As long as they container has been properly sanitized, you should have no problems. I save the 23l kit bags and cap just in case something like this happens to me. I rinse out then sanitize the bag and cap. I put a small amount of K-Meta solution inside the bag a seal it up until I need to use it.


They hold a good deal of liquid and if you have a few laying around, you can always use them as temporary storage.


Salute!


----------



## uavwmn (Aug 10, 2008)

crimson,


I usually take the carboy out in the yard and jet rinse the heck out of it.
If you do this right after emptying the carboy, it is much easier to clean.
The sediment I usually get is up around the top of the carboy which is easier to get off with the bottle brush.


----------



## termini (Sep 30, 2008)

A little saftey note on using the carboy brush......I was feeling pretty good about myself for scoring a really good deal on Craigs list and picked up 2 6.5 carboys for 35.00 total.
I got a little carried away and too vigorous with the brush, and the very tip of it ( on the 90 degree bend) banged the side too hard and broke one of them!
so now, I make sure that the twisted end of the brush does not have too much of the twisted metal showing, or protruding out from the bristles............


----------



## Wade E (Sep 30, 2008)

Sorry to hear about your loss.


----------



## joeswine (Oct 1, 2008)

you must be really strong to poke a hole in a carboy with a brush,or did i read that wrong,i to feelgrief for your lost and morn the passing of a Devinne object.............oh,s me







http://www.sweetim.com/s.asp?im=gen&amp;ref=12


----------



## termini (Oct 1, 2008)

I think that I whipped it around too much and it lined up just right where the end of the brush hit the side wall straight on, and it was like a ball peen hammer hitting it------maybe I should do a video!
I'll take my frustrations out on shooting my buddy's decoys this duck opener, or if luck flys my way, maybe harvest some real ducks.


----------



## joeswine (Oct 2, 2008)

i like duck breast do natural duck have a stringing texture to them?


----------



## termini (Oct 15, 2008)

Sorry, have been gone for a while on a family emergency.. 
We breast out our ducks also, and if you remember to only cook wild game until it is pink and not brown, it should be good. I have never had bad wild game, knock on wood. Me wifey likes to marinate the duck breast in those zip lock self contained marinades that have come out recently. 
I have a Game Warden's Cookbook that me wifey has modified a slow cook venison steak recipie that will knok any ones socks off . If you're interested, e-mail me, or private message me and I'll get it to you.You will not be disapointed. It is in a crock pot and makes it's own gravey.*Edited by: termini *


----------



## Boyd (Jan 22, 2009)

You might try to mainate with onion wine.

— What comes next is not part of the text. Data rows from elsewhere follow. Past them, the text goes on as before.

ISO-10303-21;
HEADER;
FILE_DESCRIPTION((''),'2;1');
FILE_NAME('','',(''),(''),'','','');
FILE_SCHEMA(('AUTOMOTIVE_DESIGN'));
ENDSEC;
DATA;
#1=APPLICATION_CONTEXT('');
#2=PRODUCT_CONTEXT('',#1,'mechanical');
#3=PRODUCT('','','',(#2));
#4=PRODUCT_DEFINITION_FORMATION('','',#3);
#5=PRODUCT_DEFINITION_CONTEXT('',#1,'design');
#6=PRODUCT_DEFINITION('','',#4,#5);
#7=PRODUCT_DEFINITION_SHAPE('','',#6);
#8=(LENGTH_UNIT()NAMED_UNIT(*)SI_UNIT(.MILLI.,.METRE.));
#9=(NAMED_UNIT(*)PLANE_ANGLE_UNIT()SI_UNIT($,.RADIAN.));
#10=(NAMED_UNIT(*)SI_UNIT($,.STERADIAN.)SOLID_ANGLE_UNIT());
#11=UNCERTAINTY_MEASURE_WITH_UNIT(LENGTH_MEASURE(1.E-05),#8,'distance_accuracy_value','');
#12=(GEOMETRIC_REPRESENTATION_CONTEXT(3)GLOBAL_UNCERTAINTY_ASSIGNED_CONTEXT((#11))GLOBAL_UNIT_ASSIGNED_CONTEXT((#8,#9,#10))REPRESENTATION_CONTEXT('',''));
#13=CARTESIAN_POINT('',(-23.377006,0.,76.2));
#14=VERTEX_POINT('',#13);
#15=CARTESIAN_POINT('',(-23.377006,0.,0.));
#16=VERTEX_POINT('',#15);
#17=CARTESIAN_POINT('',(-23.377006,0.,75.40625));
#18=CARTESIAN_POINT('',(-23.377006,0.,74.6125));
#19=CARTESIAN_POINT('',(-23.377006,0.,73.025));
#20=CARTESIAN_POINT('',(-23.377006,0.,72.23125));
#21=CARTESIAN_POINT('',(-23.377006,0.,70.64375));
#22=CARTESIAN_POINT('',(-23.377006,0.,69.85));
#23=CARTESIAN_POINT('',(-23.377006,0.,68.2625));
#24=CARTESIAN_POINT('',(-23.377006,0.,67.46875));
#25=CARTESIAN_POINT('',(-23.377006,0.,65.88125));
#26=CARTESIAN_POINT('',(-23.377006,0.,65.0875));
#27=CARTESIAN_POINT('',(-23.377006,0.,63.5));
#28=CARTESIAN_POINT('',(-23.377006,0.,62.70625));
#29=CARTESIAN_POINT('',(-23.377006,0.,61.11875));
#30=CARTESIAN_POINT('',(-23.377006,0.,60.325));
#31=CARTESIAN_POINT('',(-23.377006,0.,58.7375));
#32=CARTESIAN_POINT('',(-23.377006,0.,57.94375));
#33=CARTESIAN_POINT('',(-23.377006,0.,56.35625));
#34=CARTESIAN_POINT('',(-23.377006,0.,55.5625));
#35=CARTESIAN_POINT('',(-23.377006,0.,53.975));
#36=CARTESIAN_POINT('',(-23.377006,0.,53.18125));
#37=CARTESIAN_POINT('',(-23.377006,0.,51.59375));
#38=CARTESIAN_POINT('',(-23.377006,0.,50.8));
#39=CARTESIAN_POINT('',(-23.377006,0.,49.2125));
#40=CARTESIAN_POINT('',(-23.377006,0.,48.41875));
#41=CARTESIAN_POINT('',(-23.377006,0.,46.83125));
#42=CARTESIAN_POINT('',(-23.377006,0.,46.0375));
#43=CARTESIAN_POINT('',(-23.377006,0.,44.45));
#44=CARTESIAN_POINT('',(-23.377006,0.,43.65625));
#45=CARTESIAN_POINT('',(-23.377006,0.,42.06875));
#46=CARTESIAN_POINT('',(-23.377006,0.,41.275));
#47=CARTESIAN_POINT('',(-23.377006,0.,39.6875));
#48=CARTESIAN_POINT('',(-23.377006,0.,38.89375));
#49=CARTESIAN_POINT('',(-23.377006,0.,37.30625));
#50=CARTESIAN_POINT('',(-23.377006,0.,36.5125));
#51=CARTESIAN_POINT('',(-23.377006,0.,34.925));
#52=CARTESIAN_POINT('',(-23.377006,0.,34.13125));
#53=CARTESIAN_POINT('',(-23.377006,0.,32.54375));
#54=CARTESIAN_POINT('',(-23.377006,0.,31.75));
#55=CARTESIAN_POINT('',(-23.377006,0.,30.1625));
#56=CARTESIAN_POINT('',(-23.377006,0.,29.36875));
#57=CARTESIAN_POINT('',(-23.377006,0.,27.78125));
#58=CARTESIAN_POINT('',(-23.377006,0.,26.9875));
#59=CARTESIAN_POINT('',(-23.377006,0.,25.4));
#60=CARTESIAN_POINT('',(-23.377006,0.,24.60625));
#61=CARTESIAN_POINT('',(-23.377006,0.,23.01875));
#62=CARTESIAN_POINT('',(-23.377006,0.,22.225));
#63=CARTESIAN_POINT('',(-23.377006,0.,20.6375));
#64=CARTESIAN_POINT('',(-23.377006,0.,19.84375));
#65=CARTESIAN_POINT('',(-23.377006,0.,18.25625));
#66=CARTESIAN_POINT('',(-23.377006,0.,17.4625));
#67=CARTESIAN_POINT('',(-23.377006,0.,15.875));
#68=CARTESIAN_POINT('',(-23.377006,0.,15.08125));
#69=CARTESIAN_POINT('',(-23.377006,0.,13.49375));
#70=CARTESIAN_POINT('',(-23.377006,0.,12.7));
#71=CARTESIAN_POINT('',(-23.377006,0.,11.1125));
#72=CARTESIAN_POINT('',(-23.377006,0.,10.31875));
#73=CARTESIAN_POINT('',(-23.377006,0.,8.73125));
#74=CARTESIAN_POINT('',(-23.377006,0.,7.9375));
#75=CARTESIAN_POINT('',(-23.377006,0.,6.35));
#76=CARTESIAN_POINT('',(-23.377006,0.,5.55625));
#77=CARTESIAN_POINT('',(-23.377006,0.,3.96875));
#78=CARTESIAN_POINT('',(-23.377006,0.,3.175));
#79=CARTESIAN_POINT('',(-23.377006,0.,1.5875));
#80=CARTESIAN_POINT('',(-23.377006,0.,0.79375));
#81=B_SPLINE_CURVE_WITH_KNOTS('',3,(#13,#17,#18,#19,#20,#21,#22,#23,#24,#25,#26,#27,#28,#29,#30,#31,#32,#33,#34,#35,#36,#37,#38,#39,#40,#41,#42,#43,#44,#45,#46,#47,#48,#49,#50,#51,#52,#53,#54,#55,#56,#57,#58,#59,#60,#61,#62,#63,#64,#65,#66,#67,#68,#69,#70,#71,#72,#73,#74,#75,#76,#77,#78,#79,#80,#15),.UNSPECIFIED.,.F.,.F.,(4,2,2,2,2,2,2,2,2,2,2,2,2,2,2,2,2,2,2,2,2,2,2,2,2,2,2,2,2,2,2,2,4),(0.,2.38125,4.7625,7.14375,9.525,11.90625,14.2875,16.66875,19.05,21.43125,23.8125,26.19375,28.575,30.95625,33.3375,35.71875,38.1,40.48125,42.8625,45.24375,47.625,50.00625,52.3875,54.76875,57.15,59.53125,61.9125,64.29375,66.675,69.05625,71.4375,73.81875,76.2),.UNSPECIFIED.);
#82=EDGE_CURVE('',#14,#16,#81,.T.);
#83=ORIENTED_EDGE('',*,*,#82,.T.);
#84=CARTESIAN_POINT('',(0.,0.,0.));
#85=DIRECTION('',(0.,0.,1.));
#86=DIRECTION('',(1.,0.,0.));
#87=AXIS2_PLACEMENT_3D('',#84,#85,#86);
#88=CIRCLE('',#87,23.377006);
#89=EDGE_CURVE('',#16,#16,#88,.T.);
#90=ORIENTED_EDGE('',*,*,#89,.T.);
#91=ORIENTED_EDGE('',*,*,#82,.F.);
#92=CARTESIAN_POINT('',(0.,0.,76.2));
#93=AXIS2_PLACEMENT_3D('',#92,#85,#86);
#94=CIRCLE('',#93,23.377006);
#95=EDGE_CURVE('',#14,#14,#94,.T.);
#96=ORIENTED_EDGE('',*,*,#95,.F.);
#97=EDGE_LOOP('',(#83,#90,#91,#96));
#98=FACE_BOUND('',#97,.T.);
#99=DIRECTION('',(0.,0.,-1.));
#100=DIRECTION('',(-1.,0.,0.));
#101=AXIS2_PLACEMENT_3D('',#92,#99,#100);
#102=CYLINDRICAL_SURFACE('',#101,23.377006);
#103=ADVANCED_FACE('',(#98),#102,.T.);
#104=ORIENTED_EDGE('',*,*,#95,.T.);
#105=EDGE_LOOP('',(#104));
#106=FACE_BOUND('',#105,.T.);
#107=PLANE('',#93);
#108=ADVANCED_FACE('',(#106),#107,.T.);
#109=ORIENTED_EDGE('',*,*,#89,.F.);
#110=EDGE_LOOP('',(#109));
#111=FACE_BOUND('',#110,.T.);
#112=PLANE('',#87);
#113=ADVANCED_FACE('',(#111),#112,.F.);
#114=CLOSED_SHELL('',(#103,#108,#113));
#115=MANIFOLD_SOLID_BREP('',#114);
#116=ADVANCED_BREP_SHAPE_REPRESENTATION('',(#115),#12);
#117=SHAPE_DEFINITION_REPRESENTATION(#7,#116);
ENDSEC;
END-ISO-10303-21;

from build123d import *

# Parameters (mm, degrees)
SKETCH1_R      = 23.377006446
EXTRUDE1_DEPTH = 76.2


with BuildPart() as part:
    # Sketch1 → Extrude1 (new body)
    with BuildSketch(Plane.XY):
        with Locations(Location((0, 0, 0), (0, 0, 180))):
            Circle(SKETCH1_R)
    extrude(amount=EXTRUDE1_DEPTH)


solid = part.part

Made a gollon a 2 years ago to see what it would taste like. (yuky) after 2 years.

Anyway I gave it to my brother. He uses it for pheasant. Puts in a crock pot in the morning, cooks it on low.Tells me it is good.

But he like Mic lite so who knows!!


----------



## termini (Jan 22, 2009)

I have been "off the grid" for a couple months dealing with my little sis's passing (31) But that marinade sounds like something I will try on my goose.
And WADE----I have not forgot about getting you that recipie for the slow cook Venison steak and the venison chops' marinade.........I owe you.


----------



## Rube-a-Billy (Nov 12, 2010)

I've introduced an old waiter trick that works great for for cleaning burnt coffee out of coffee pots to cleaning carboys. 
throw some ice cubes into your carboy crushed will work if your ice is too big to fit in the top, get a good amount of ice in there, enough to cover the side of the carboy once it is layed on it's side. lay it on something slick, I have used a block of ice, or some kind of rollers like an old roller skate turned upside down and fastened to a work bench (works great) etc.. and just start turning. empty the water as the ice melts so the ice stays in contact with the glass. if you have something real stubborn you could add some salt or sugar to make it a little more abbrassive. I have yet to notice any scratching or scarring of the glass. 
If anyone thinks the ice could scratch the glass please advise and i will stop doing this myself and delete this QUICKLY!!!


----------



## smurfe (Nov 12, 2010)

I don't really think ice would scratch the glass personally. I have heard about that trick as well as the salt trick. So far I have used the easy way and just soak the carboys overnight with a good dose of Oxy Clean in them. So far everything I have threw the Oxy at has cleaned it up just fine. I scorched DME in a flask once making a wort for a starter while boiling the flask right on the stove. It was a solid chunk of burnt sugar on the bottom of the flask. I dumped in a scoop of Oxy in the 1000ml flask and filled it with hot water and let it sit overnight. The next morning it was crystal clear clean. I have soaked my boil kettles overnight with Oxy and it has removed any burnt residue that was submerged in the liquid. I have soaked my stainless steel coffee carafe overnight and it looked brand new the next day. Percarbonate cleaners are fantastic in every use I have thrown them at.


----------



## Randoneur (Nov 13, 2010)

I usually just clean with hand dish soap, the green cleaner kind that has no scent or color added. If the carboy is really dirty, I first us automatic dish washer cleaner and hot water and quickly follow that with the hand dish soap. I would never let automatic dish soap soak in the carboy. A jet cleaner or garden hose nozzle is a must. I do have a brush, but seldom use it. As long as I make the carboy the first item I clean as soon as it is emptied, I've never had too much problem getting it clean. I've found the residue from kits to be harder to clean than when working with fresh grapes.


----------



## xanxer82 (Dec 9, 2010)

I like to take them outside and use the pressure nozzle on the garden hose. Works wonders.. then get at the bits off with the long carboy brush if any are left.


----------



## Runningwolf (Dec 9, 2010)

Hey xanxer been a while since I've seen you, good to see you again. The only thing I use is the Buon Vino spray wand. My carboys are always cleaned within 5 minutes of emptying them so nothing crusts on. As a matter of fact this is one of the cheapest tools I have and the most used. I also use it to fill all of my bottles with water in the laundry tray when I'm going to soak them standing up, and then again to rinse them off after I pull the plug.


----------



## AlFulchino (Dec 9, 2010)

clean your carboys???? 


dont you take one wine out.....tip the carboy upside down and then put in new wine?


----------



## Runningwolf (Dec 9, 2010)

Al Fulchino said:


> clean your carboys????
> 
> 
> dont you take one wine out.....tip the carboy upside down and then put in new wine?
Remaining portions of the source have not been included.